Side Note: I put any movie spoilers in brackets, for the 3 people on Earth besides me who haven't seen a film from 1979.
The title of the movie says it all. It's Star Trek, but a motion picture. The budget is obviously far bigger than anything seen up to this point, but what really takes the cake is the photography and special effects, especially those used for V'ger and the "Go to Warp Factor __". The new Enterprise model and sets look incredible, and I like the revamp of the "beaming up" effect. Visually, there are quite a lot of similarities to 2001: A Space Odyssey, which should come as little surprise, since Douglas Trumbull is the one responsible for Star Trek's effects here.
The revamped music captures the feel of the original theme, with a more celebratory or grander feel to it. Just hearing it and watching the opening credits roll made me want to cheer out loud, as if to say, "Wooh! Star Trek's back, baby!" The movie itself does no less in its introduction of Kirk, Bones, and Spock. It's great to have the entire original cast back, and the movie does a good job balancing the reunion of the old team with forcing them to adapt to the new circumstances they're faced in. Time has passed, not just in real life, but for these characters too. [SPOILERS: Spock begins the film more dedicated than ever to purging his emotions and achieving the equivalent of Vulcan nirvana, only to later discover the value of feelings after mind-melding with an actual living computer. Kirk competes and is often at odds with a younger captain who has taken command of The Enterprise.]
It is to the film's credit that new characters such as Illia and Commander Decker, who receive very little exposition at all, manage to be extremely convincing, and just as likable as the old favorites. I would have been very happy to see a new Star Trek series starring Decker as the captain of the Enterprise. Stephen Collins does an incredible job showing just what his character is feeling; even in scenes where he has little or no dialogue, his facial expressions alone convey so much.
The plot itself takes a backseat to the marvelous special effects (although some of the effects in the very beginning of the movie are terrible, so much so that I initially thought I was viewing some sort of mid-90s video game CGI). It's certainly not a bad plot, and it's filled with many interesting sci-fi concepts befitting a Star Trek episode. However, some of the reasoning behind what's happening on screen is frankly a bit of a stretch, even by the standards of Star Trek's more out-there episodes. Moreover, there simply isn't a whole lot of action going on. Most of the film is spent on board the Enterprise, watching events unfold as the crew themselves do, and that primarily consists of viewing the V'ger from different angles (hence why I gave special effects first priority in this review, which is unusual). Style over substance is usually a pejorative, but when the effects are this well-made, I'm willing to accept less action in the script.

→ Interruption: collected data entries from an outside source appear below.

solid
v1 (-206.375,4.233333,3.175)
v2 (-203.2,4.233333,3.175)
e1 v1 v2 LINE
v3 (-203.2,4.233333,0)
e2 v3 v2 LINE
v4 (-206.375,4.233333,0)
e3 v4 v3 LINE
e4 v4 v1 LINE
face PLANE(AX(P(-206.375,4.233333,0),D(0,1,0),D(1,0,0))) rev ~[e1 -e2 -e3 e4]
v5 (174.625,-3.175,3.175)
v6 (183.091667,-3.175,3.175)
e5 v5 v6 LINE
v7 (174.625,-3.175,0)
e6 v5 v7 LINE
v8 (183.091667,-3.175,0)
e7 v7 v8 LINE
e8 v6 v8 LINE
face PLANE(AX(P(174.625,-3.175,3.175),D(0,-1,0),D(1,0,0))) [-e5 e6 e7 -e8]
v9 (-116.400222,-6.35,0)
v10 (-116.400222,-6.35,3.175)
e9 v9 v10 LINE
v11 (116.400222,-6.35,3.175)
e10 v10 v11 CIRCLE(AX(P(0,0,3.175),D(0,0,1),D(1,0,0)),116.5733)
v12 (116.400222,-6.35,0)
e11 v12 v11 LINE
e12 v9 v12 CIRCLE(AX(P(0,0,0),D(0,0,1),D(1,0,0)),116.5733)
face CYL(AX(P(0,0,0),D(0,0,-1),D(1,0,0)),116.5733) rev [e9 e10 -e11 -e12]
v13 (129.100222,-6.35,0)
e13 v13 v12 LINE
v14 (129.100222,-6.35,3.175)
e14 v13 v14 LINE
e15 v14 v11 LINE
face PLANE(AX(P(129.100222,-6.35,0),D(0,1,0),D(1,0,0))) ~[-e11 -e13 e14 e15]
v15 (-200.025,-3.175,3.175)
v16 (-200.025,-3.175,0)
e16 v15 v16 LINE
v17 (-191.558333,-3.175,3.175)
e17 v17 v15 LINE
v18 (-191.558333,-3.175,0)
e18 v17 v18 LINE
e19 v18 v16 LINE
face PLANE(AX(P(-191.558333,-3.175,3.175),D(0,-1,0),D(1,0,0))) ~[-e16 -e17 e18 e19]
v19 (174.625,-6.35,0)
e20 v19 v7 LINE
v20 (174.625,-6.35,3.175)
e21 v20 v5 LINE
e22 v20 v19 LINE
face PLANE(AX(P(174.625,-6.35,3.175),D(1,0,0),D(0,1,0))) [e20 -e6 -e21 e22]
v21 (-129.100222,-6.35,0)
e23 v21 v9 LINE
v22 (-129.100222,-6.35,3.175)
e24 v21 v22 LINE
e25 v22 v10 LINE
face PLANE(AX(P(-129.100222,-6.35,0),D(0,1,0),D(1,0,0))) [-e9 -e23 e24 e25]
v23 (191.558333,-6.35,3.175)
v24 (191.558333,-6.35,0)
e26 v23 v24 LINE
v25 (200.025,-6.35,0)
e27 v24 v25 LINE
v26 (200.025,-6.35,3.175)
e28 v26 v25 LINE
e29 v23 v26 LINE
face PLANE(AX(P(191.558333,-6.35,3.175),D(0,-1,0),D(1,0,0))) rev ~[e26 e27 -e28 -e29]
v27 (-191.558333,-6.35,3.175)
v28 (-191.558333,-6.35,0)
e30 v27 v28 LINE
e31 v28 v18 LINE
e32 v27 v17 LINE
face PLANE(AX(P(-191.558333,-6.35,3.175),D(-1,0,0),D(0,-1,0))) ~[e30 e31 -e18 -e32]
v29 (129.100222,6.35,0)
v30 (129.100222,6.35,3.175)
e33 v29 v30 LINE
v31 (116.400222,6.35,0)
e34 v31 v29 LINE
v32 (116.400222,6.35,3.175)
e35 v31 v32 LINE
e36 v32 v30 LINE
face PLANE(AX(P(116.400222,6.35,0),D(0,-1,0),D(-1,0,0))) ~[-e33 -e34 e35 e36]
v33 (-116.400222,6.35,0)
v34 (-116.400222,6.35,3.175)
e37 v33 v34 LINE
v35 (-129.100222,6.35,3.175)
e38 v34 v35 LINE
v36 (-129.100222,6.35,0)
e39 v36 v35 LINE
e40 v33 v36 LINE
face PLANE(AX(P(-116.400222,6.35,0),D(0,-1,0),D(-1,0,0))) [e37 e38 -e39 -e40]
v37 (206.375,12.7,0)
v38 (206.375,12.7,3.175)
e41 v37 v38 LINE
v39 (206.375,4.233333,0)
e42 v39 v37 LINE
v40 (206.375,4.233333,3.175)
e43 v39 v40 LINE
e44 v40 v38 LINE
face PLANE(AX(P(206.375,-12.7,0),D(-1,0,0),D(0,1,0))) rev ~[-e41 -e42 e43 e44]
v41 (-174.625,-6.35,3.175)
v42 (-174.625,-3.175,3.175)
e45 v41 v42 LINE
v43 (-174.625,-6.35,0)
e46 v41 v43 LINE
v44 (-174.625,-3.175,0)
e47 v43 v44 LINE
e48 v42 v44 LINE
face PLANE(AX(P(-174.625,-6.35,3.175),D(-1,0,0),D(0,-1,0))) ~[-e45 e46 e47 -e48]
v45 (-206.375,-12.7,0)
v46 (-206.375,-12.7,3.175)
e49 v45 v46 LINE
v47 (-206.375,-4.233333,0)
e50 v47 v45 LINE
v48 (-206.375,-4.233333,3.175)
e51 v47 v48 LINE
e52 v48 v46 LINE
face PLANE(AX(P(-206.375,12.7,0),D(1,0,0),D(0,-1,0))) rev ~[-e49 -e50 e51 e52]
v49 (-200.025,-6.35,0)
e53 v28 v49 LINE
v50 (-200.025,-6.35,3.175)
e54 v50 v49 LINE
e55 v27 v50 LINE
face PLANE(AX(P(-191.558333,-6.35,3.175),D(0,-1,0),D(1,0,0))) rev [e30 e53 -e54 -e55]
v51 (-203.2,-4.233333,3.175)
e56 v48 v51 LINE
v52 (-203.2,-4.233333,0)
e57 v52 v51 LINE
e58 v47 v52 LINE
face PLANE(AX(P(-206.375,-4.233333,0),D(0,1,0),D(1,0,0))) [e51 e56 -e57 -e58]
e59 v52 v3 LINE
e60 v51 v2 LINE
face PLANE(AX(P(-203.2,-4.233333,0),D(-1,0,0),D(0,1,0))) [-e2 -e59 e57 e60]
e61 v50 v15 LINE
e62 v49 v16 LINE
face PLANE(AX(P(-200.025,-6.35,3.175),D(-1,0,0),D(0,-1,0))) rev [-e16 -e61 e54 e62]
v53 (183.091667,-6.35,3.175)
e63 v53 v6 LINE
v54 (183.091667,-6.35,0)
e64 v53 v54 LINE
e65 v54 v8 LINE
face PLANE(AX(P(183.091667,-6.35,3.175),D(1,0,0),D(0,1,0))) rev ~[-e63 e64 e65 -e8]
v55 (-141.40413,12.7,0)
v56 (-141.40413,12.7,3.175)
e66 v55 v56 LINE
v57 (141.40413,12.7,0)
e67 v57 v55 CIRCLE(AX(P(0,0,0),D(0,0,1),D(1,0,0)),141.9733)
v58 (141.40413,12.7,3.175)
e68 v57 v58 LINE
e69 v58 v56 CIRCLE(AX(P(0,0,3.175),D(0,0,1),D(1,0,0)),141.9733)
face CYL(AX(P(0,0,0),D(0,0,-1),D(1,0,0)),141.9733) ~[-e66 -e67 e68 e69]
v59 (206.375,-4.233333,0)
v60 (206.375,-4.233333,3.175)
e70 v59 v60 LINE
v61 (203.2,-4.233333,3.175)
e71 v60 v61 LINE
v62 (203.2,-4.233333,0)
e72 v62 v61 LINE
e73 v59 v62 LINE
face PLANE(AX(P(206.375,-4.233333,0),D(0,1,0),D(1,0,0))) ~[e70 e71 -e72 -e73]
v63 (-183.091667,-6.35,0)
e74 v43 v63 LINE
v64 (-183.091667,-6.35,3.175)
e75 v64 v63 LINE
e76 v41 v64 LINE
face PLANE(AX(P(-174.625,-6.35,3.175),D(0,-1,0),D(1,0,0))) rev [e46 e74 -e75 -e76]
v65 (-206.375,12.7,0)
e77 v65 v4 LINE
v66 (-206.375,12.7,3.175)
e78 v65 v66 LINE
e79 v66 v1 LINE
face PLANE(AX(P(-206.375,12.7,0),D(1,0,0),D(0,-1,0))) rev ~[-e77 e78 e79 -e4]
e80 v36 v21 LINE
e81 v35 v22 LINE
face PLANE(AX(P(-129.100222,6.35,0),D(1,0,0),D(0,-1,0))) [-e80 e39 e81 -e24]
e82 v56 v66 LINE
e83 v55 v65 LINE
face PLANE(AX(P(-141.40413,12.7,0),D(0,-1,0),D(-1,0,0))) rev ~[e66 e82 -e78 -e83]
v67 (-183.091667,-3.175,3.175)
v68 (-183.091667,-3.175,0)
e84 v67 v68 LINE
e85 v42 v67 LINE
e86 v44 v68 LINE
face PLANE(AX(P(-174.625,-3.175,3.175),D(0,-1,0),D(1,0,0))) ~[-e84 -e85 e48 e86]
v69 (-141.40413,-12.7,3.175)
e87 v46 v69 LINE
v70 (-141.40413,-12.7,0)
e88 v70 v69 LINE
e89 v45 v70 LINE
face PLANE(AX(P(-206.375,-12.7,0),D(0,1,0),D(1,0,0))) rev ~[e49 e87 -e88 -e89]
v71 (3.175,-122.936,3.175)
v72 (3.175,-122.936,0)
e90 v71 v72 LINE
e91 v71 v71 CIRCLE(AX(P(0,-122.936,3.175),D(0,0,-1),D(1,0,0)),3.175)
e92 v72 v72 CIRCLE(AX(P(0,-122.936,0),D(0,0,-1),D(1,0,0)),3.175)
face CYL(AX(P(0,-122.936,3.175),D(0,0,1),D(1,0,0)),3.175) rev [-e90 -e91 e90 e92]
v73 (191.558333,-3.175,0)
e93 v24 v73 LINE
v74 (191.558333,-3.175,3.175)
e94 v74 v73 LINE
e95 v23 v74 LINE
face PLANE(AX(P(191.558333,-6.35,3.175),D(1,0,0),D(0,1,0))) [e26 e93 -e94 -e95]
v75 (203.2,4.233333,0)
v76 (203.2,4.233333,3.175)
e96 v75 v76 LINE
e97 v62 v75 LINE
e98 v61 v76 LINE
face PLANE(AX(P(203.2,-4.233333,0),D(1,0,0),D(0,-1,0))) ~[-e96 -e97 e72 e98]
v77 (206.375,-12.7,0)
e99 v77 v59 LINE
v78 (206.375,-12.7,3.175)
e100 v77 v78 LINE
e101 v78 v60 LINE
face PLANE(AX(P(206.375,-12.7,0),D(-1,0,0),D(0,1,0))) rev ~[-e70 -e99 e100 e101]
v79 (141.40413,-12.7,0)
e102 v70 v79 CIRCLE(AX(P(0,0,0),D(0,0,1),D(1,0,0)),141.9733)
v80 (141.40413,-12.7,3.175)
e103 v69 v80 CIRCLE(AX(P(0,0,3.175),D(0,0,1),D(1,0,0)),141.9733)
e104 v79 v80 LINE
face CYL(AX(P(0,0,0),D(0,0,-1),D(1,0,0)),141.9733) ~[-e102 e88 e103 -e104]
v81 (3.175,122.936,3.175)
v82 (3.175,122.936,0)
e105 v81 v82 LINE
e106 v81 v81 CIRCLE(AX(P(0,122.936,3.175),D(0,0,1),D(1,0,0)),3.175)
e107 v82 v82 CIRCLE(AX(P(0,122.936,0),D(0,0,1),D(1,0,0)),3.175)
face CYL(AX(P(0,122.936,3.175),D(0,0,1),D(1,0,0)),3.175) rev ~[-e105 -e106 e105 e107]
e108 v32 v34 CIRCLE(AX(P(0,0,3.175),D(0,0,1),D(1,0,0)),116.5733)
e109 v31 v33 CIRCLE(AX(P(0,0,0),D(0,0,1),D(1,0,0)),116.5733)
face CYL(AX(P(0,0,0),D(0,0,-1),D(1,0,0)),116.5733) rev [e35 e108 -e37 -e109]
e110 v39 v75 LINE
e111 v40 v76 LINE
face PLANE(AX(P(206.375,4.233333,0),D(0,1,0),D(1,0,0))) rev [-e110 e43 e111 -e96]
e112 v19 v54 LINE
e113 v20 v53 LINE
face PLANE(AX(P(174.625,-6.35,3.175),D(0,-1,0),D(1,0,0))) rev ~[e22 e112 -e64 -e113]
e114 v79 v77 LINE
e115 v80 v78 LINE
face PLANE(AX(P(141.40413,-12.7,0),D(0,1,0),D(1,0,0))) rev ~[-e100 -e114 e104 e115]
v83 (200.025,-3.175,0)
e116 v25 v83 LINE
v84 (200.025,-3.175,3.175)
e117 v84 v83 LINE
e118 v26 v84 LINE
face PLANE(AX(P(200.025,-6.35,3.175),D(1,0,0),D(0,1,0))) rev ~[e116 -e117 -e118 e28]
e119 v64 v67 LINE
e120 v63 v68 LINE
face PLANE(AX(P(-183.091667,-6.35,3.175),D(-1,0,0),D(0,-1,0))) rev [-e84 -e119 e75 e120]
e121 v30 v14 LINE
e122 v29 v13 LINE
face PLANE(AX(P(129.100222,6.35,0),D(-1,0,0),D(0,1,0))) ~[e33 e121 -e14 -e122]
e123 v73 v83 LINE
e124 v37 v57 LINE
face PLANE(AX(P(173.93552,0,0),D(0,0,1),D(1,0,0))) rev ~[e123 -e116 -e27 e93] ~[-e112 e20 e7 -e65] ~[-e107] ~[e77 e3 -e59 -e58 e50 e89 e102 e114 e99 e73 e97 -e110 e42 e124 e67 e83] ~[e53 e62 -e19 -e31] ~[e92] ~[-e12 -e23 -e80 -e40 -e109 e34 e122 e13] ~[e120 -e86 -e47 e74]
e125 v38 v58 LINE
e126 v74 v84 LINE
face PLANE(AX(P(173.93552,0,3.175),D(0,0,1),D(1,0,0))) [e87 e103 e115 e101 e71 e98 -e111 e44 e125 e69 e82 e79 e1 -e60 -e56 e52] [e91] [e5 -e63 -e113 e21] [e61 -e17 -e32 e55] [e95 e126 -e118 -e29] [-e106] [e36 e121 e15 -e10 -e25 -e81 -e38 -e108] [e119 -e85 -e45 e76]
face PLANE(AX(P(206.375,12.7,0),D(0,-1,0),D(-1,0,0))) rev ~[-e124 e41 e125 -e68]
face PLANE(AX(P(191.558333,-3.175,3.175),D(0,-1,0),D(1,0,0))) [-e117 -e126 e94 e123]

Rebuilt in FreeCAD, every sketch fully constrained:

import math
import FreeCAD as App
import Part
import Sketcher

V = App.Vector
Q = App.Units.Quantity

doc = App.newDocument("Part")
body = doc.addObject("PartDesign::Body", "Body")

# Sketch on XY plane
sketch1 = doc.addObject("Sketcher::SketchObject", "Sketch")
body.addObject(sketch1)
sketch1.AttachmentSupport = (doc.XY_Plane, [""])
sketch1.MapMode = "FlatFace"
sketch1.addGeometry(Part.LineSegment(V(-206.375, -12.7, 0), V(-141.40413, -12.7, 0)), False)
sketch1.addGeometry(Part.ArcOfCircle(Part.Circle(V(0, 0, 0), V(0, 0, 1), 141.9733), math.radians(-174.867835), math.radians(-5.132165)), False)
sketch1.addGeometry(Part.LineSegment(V(141.40413, -12.7, 0), V(206.375, -12.7, 0)), False)
sketch1.addGeometry(Part.LineSegment(V(206.375, -12.7, 0), V(206.375, 12.7, 0)), False)
sketch1.addGeometry(Part.LineSegment(V(206.375, 12.7, 0), V(141.40413, 12.7, 0)), False)
sketch1.addGeometry(Part.ArcOfCircle(Part.Circle(V(0, 0, 0), V(0, 0, 1), 141.9733), math.radians(5.132165), math.radians(174.867835)), False)
sketch1.addGeometry(Part.LineSegment(V(-141.40413, 12.7, 0), V(-206.375, 12.7, 0)), False)
sketch1.addGeometry(Part.LineSegment(V(-206.375, 12.7, 0), V(-206.375, -12.7, 0)), False)
sketch1.addGeometry(Part.Circle(V(0, 0, 0), V(0, 0, 1), 116.5733), False)
sketch1.addConstraint(Sketcher.Constraint("Coincident", 0, 2, 1, 1))
sketch1.addConstraint(Sketcher.Constraint("Coincident", 1, 2, 2, 1))
sketch1.addConstraint(Sketcher.Constraint("Coincident", 2, 2, 3, 1))
sketch1.addConstraint(Sketcher.Constraint("Coincident", 3, 2, 4, 1))
sketch1.addConstraint(Sketcher.Constraint("Coincident", 4, 2, 5, 1))
sketch1.addConstraint(Sketcher.Constraint("Coincident", 5, 2, 6, 1))
sketch1.addConstraint(Sketcher.Constraint("Coincident", 6, 2, 7, 1))
sketch1.addConstraint(Sketcher.Constraint("Coincident", 7, 2, 0, 1))
sketch1.addConstraint(Sketcher.Constraint("Horizontal", 0))
sketch1.addConstraint(Sketcher.Constraint("Horizontal", 2))
sketch1.addConstraint(Sketcher.Constraint("Vertical", 3))
sketch1.addConstraint(Sketcher.Constraint("Horizontal", 4))
sketch1.addConstraint(Sketcher.Constraint("Horizontal", 6))
sketch1.addConstraint(Sketcher.Constraint("Vertical", 7))
sketch1.addConstraint(Sketcher.Constraint("Coincident", 1, 3, -1, 1))
sketch1.addConstraint(Sketcher.Constraint("Coincident", 5, 3, -1, 1))
sketch1.addConstraint(Sketcher.Constraint("Coincident", 8, 3, -1, 1))
sketch1.addConstraint(Sketcher.Constraint("Equal", 1, 5))
sketch1.addConstraint(Sketcher.Constraint("Symmetric", 2, 2, 6, 2, -1, 1))
sketch1.addConstraint(Sketcher.Constraint("Horizontal", 0, 2, 1, 2))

Less action than the typical Star Trek episode does not imply however that the show's core themes are absent. [SPOILERS: In its search for a creator, the V'ger proves itself to be not all that different from the "carbon units infecting the Enterprise. " It too, seeks the meaning of life and its God. Another sci-fi theme is the juxtaposition of an infinitely superior or more powerful race--in this case a sentient machine--with the notion that it's less mature than the humans who are so much weaker than it. The idea that the crew of the Enterprise are just the playthings of some celestial schoolboy was toyed around in the tv series. The decision to have this far-fetched sentient computer be the product of man was an interesting one, and V'ger being just Voyager 6 was a good way to ground the big ideas in something more familiar, or down-to-earth. It's still quite a big leap, as mentioned earlier, but this help swallow the pill.]
Critics may find the somewhat slower pacing boring, but it never felt as such to me. The movie stands in stark contrast to TNG, which in at least the little I've seen of it so far, makes me want to fall asleep. Watching this movie filled me with excitement and wonder from start to finish. Between the great acting, the sense of awe and adventure, and the lofty sci-fi concepts and their implications about the human spirit, I thoroughly enjoyed Star Trek: The Motion Picture. It deserves at least a 7, I would even venture as high as an 8/10.